Back in the late 60's and 70's it became "good practice" to run an isolation ring around the inputs of a high impedance instrumentation amplifier circuits to shield against leakage currents on the surface of a PC board.
 
Reading your comments on RF together with looking at your balanced differential board in post #153 has got another question going.

At some point I learned to treat ground as a buss on pretty much everything I make. First came a B+ trace/rail across the top (north) edge of the board and ground trace across the opposite - south edge (usually made with stripped wire and covered with solder to make it a fatter gauge).
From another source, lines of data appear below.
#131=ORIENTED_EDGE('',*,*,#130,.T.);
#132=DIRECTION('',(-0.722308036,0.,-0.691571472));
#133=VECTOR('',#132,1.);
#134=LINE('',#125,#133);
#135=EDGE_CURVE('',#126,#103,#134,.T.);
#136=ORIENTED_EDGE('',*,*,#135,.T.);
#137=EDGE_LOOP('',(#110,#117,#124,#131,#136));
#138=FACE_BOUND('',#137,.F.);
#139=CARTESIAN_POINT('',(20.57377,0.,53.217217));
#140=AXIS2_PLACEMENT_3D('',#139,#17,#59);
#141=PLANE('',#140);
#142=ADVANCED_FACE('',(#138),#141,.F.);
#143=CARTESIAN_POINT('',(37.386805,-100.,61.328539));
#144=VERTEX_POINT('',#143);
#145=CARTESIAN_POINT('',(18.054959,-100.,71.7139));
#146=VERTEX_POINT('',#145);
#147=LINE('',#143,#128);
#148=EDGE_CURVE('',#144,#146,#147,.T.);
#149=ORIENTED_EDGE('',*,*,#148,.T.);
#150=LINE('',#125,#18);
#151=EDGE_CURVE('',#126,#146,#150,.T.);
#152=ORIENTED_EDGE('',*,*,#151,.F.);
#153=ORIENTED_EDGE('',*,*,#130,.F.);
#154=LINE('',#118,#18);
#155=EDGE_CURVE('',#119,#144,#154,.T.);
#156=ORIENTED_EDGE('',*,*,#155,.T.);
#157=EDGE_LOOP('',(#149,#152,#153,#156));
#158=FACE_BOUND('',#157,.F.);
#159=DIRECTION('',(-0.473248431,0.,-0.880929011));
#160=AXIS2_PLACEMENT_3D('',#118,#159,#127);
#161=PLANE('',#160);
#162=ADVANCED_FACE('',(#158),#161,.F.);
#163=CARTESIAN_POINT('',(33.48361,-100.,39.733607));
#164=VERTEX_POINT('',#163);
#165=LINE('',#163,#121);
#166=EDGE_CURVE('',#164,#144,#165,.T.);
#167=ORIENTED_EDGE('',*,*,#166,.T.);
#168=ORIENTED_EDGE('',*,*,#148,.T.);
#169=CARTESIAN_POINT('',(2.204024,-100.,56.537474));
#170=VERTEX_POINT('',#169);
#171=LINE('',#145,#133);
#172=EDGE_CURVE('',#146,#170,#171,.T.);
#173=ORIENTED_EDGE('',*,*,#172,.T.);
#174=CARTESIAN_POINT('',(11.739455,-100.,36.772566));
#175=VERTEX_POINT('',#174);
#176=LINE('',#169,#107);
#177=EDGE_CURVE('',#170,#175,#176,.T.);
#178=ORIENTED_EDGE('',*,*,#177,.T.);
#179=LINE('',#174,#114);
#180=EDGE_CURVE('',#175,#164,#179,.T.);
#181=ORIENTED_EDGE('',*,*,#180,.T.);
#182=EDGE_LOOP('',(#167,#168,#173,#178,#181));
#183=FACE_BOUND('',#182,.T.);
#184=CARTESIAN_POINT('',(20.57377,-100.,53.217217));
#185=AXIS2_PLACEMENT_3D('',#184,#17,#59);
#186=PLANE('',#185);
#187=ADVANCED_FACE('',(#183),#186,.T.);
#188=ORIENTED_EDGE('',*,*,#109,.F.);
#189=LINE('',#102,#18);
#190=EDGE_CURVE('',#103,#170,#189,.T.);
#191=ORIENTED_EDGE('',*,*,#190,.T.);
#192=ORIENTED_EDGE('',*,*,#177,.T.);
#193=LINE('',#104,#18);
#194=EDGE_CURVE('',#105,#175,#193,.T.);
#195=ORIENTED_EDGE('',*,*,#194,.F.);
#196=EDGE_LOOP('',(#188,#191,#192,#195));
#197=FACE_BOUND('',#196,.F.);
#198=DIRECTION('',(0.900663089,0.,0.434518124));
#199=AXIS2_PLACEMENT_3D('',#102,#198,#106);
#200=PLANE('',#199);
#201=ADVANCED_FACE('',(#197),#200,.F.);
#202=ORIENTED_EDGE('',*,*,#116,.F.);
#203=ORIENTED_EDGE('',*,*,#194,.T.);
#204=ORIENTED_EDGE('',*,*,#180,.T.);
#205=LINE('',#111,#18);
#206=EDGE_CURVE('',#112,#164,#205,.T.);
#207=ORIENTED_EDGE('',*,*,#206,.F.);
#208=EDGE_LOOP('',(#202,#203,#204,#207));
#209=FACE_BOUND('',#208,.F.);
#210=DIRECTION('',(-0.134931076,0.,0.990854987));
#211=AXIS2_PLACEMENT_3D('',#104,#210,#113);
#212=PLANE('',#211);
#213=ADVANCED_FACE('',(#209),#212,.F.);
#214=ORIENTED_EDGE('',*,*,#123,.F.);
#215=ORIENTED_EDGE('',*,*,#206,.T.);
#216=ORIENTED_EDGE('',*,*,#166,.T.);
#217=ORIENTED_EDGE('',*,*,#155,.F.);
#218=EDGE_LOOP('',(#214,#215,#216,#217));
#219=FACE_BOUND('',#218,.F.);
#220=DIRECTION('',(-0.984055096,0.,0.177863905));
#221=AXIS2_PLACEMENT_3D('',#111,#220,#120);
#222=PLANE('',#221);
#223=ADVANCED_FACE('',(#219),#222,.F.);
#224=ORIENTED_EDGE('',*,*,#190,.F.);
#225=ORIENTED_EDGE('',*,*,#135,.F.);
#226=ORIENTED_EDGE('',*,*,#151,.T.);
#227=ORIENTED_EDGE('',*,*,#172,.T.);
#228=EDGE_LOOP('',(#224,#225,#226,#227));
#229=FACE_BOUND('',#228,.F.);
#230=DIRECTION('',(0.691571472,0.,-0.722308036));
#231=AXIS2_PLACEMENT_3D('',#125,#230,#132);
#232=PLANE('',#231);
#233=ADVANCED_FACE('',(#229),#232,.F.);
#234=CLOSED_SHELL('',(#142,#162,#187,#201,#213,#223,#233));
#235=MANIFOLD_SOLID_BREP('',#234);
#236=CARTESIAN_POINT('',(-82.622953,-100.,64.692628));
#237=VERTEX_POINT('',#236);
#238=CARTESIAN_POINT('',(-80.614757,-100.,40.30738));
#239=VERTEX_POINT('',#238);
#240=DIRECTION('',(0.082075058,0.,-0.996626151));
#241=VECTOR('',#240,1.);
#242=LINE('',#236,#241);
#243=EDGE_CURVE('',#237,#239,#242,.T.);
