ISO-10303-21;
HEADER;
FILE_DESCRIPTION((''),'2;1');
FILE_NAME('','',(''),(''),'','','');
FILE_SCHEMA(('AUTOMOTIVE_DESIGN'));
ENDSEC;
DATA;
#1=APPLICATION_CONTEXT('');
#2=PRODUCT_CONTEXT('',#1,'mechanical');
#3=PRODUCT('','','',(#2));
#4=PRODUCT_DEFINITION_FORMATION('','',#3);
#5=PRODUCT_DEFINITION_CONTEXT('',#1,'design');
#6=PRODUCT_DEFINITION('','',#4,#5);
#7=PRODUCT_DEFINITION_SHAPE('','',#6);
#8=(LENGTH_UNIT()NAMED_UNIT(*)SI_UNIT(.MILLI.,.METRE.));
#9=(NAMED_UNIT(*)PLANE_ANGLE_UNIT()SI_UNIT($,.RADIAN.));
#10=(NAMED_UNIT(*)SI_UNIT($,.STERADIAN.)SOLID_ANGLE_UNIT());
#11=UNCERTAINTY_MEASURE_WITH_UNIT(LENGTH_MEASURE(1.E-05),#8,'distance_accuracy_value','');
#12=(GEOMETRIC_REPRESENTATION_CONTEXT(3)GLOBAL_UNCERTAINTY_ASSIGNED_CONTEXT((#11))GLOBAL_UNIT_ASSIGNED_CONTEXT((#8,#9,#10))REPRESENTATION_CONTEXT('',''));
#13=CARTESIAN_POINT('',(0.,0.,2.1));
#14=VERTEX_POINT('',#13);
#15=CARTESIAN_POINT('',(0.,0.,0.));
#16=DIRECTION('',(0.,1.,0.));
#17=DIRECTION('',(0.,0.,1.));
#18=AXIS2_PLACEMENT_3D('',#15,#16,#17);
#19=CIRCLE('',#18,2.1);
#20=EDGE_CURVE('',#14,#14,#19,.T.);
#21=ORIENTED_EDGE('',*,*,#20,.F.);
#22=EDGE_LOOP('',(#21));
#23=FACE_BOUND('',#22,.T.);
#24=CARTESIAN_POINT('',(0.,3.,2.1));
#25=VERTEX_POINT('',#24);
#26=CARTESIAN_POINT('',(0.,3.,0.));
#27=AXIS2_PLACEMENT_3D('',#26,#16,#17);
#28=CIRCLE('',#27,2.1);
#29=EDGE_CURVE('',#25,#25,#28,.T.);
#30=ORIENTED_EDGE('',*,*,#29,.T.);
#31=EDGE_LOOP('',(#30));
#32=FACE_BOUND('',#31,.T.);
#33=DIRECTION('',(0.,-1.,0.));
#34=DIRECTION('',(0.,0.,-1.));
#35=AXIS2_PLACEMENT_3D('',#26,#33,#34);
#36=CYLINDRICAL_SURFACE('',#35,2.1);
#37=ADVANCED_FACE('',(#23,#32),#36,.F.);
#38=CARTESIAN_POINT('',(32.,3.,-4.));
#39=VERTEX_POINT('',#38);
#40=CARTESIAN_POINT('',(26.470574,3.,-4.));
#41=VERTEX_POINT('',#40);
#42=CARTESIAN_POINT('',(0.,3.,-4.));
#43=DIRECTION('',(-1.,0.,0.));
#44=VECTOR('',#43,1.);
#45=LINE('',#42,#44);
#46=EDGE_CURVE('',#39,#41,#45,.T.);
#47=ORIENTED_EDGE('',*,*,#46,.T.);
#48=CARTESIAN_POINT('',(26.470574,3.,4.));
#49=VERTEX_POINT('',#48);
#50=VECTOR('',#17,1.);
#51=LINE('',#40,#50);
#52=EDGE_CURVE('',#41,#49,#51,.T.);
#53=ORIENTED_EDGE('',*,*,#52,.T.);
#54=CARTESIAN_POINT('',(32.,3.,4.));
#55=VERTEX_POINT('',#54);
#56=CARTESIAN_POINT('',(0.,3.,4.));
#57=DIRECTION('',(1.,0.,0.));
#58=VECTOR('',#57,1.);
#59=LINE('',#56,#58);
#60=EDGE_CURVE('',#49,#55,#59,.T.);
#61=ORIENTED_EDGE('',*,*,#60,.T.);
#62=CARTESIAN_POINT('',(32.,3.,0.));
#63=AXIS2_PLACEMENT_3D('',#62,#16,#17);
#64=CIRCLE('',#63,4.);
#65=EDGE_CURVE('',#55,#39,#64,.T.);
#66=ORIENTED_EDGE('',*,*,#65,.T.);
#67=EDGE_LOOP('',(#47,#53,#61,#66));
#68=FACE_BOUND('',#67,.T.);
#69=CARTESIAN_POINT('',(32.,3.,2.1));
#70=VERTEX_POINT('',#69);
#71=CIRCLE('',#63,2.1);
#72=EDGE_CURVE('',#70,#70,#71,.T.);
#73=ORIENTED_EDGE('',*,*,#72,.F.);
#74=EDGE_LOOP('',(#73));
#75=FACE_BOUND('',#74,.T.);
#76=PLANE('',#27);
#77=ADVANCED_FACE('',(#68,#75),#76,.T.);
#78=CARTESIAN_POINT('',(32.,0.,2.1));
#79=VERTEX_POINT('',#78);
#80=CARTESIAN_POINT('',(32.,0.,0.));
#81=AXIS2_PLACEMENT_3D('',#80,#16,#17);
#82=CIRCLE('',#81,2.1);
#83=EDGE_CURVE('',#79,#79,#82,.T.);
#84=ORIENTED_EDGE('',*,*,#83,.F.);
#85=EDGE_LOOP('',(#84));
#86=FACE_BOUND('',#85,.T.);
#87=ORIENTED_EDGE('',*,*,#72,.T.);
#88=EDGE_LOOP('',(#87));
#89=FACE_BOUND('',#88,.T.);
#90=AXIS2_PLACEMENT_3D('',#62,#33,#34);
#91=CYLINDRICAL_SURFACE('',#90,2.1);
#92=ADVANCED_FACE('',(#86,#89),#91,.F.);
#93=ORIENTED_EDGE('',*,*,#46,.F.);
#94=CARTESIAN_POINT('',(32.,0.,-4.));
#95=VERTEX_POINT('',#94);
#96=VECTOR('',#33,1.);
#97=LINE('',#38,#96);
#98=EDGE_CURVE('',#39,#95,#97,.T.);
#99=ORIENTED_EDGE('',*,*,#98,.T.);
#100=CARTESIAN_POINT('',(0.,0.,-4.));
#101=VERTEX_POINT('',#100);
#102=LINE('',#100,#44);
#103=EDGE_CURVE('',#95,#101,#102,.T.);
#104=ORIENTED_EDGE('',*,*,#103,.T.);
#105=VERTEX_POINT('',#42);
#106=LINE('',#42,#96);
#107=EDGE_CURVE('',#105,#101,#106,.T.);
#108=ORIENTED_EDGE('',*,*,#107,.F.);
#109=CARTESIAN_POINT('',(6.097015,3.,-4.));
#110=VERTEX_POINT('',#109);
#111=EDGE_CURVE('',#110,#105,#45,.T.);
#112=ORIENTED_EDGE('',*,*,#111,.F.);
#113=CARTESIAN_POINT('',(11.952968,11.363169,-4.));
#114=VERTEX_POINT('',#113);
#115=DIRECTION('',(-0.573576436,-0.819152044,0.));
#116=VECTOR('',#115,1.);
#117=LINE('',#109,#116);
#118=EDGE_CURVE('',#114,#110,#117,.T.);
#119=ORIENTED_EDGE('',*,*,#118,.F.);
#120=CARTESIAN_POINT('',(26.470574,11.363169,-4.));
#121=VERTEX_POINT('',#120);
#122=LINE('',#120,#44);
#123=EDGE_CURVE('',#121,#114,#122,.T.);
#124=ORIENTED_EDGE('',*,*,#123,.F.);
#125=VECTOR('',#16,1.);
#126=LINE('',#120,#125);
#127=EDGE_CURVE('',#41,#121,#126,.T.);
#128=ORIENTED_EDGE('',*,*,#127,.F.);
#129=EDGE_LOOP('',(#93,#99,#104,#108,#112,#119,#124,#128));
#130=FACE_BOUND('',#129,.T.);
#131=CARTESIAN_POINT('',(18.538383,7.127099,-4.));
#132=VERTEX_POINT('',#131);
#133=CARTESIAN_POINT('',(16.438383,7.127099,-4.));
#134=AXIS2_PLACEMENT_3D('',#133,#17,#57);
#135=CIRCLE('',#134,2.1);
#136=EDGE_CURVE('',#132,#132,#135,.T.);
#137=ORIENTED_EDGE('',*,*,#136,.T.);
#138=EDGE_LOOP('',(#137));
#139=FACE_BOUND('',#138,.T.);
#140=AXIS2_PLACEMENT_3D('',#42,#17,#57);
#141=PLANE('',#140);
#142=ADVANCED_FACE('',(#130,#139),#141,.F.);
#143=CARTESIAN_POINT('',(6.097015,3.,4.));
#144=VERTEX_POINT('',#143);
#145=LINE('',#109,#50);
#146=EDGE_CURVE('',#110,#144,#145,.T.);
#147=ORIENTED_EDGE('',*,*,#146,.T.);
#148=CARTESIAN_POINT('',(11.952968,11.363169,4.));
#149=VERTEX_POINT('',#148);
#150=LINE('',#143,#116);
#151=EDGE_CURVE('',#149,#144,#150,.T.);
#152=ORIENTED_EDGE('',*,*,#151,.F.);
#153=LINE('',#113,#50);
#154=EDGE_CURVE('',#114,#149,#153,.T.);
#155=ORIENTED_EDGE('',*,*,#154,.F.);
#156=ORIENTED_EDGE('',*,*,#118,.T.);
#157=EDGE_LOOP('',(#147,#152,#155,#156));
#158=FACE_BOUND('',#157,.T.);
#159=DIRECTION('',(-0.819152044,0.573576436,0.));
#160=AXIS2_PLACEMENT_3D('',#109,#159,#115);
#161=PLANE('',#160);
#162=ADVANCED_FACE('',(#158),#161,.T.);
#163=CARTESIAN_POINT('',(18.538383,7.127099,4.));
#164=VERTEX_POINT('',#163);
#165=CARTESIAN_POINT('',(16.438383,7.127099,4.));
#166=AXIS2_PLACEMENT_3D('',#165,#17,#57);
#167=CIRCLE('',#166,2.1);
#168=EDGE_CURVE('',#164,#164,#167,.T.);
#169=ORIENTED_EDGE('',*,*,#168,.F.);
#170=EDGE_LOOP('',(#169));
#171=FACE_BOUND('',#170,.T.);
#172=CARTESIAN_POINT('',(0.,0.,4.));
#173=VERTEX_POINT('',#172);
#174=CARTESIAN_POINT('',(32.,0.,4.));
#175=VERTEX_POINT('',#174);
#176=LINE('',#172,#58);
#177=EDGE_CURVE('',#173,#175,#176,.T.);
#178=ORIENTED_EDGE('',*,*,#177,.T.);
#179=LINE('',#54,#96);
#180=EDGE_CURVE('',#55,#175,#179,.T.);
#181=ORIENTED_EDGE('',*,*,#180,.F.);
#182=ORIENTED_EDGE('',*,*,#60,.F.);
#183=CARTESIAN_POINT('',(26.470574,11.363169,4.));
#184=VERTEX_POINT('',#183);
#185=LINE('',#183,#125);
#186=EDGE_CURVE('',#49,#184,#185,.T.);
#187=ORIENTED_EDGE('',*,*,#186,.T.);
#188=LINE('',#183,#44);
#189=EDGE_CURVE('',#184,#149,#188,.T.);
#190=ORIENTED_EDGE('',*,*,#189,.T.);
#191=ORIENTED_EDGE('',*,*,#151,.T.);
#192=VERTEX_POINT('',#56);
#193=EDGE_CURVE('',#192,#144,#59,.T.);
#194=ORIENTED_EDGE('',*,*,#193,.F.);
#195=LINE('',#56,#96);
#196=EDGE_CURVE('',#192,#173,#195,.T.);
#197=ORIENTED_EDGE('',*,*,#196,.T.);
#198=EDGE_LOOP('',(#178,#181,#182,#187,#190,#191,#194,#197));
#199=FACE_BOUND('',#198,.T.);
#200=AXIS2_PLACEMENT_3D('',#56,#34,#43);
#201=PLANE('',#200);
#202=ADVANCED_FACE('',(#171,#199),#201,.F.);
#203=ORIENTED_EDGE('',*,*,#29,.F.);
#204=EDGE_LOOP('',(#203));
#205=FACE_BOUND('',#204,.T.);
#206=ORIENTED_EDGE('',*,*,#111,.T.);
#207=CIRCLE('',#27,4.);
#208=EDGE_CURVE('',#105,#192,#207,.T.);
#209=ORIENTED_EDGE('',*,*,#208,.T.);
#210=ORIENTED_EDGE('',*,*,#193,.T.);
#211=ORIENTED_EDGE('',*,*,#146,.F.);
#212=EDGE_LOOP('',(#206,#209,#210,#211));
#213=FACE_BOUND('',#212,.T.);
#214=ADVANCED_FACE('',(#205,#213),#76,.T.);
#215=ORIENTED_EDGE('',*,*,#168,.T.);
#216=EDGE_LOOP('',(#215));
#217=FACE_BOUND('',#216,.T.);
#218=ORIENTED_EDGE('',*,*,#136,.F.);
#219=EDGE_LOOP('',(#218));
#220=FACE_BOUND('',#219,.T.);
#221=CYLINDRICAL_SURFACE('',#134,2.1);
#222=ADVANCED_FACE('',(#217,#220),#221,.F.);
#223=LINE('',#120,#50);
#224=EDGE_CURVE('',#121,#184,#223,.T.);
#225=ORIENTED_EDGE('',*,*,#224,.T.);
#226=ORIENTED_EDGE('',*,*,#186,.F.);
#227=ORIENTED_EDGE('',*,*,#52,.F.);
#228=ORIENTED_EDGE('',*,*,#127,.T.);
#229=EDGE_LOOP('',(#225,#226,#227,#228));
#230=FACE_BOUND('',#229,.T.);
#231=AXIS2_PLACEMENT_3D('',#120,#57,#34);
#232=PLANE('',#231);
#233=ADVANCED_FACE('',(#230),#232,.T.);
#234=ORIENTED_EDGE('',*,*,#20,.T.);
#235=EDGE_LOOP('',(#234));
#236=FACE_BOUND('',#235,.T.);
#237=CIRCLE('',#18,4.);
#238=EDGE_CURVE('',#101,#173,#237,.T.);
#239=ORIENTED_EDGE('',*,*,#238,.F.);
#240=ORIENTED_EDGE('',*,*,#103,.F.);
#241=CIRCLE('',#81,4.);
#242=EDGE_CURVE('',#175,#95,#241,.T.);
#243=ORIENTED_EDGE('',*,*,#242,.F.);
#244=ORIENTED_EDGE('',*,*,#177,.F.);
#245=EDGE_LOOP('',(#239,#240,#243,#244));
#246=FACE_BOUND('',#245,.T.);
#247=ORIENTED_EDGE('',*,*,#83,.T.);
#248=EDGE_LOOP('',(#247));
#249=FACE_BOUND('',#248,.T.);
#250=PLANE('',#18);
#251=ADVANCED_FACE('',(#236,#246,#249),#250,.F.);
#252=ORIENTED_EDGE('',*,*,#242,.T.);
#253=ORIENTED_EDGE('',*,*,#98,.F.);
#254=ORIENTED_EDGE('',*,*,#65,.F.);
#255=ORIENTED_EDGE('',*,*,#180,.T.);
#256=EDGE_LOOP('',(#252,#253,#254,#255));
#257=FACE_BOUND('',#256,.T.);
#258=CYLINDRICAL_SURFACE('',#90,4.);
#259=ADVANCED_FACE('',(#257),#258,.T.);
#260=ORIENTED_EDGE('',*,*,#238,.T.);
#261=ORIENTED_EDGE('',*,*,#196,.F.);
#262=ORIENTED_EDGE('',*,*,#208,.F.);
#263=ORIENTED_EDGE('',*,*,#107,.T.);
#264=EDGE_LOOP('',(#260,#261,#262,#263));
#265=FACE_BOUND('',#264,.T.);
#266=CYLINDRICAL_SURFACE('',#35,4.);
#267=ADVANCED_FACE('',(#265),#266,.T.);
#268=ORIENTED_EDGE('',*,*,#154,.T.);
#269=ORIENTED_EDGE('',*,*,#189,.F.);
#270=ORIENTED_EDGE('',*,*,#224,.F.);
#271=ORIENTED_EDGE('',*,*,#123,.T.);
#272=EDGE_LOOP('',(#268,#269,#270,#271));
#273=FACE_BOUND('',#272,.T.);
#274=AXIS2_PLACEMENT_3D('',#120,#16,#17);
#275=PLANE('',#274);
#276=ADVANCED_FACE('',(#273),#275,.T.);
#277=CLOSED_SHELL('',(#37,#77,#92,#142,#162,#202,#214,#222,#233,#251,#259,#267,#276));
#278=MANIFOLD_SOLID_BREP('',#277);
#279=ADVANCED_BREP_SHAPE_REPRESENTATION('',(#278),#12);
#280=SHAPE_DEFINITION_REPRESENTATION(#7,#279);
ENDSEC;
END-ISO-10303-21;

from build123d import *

# Parameters (mm, degrees)
SKETCH1_R           = 2.1
BOSS_EXTRUDE1_DEPTH = 3
SKETCH2_R           = 2.1
BOSS_EXTRUDE2_DEPTH = 8


with BuildPart() as part:
    # Sketch1 → Boss-Extrude1 (new body)
    with BuildSketch(Plane(origin=(0, 0, 0), x_dir=(1, 0, 0), z_dir=(0, 1, 0))):
        with BuildLine():
            Line((0, -4), (32, -4))
            ThreePointArc((32, -4), (36, 0), (32, 4))
            Line((32, 4), (0, 4))
            ThreePointArc((0, 4), (-4, 0), (0, -4))
        make_face()
        with Locations(Location((0, 0, 0), (0, 0, 270))):
            Circle(SKETCH1_R, mode=Mode.SUBTRACT)
        with Locations(Location((32, 0, 0), (0, 0, 270))):
            Circle(SKETCH1_R, mode=Mode.SUBTRACT)
    extrude(amount=BOSS_EXTRUDE1_DEPTH)

    # Sketch2 → Boss-Extrude2 (add)
    with BuildSketch(Plane.XY.offset(4)):
        Polygon((26.470573602, 11.363168568), (11.952968187, 11.363168568), (6.097014513, 3), (20.614619928, 3), (26.470573602, 3), align=None)
        with Locations((16.438382798, 7.127099025)):
            Circle(SKETCH2_R, mode=Mode.SUBTRACT)
    extrude(amount=-BOSS_EXTRUDE2_DEPTH)


solid = part.part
Then when I started building phono circuits I extended that ground up the east and west sides in a big U, thinking of it like surrounding the circuit with protective shield. . . . . But from this back and forth with you I realize I was really doing it out of a kind of faith that it would work and actually don't really understand that much about how it would (or wouldn't).

The question is , When we talk about RF noise in an audio circuit , what's the difference between a circuit creating its own oscillation at some high frequency and one resonating with RF from an external source?
This came up while looking at your board, thinking of mine, and realizing that as a shield , the ground trace only gets between the outside world and the circuit in one thin slice of an otherwise open space , so the RF I assumed I was protecting the circuit from can actually reach all the parts inside that ground loop from above or below..

I know the question is unclear but that's just it, I'm not really clear about how it works.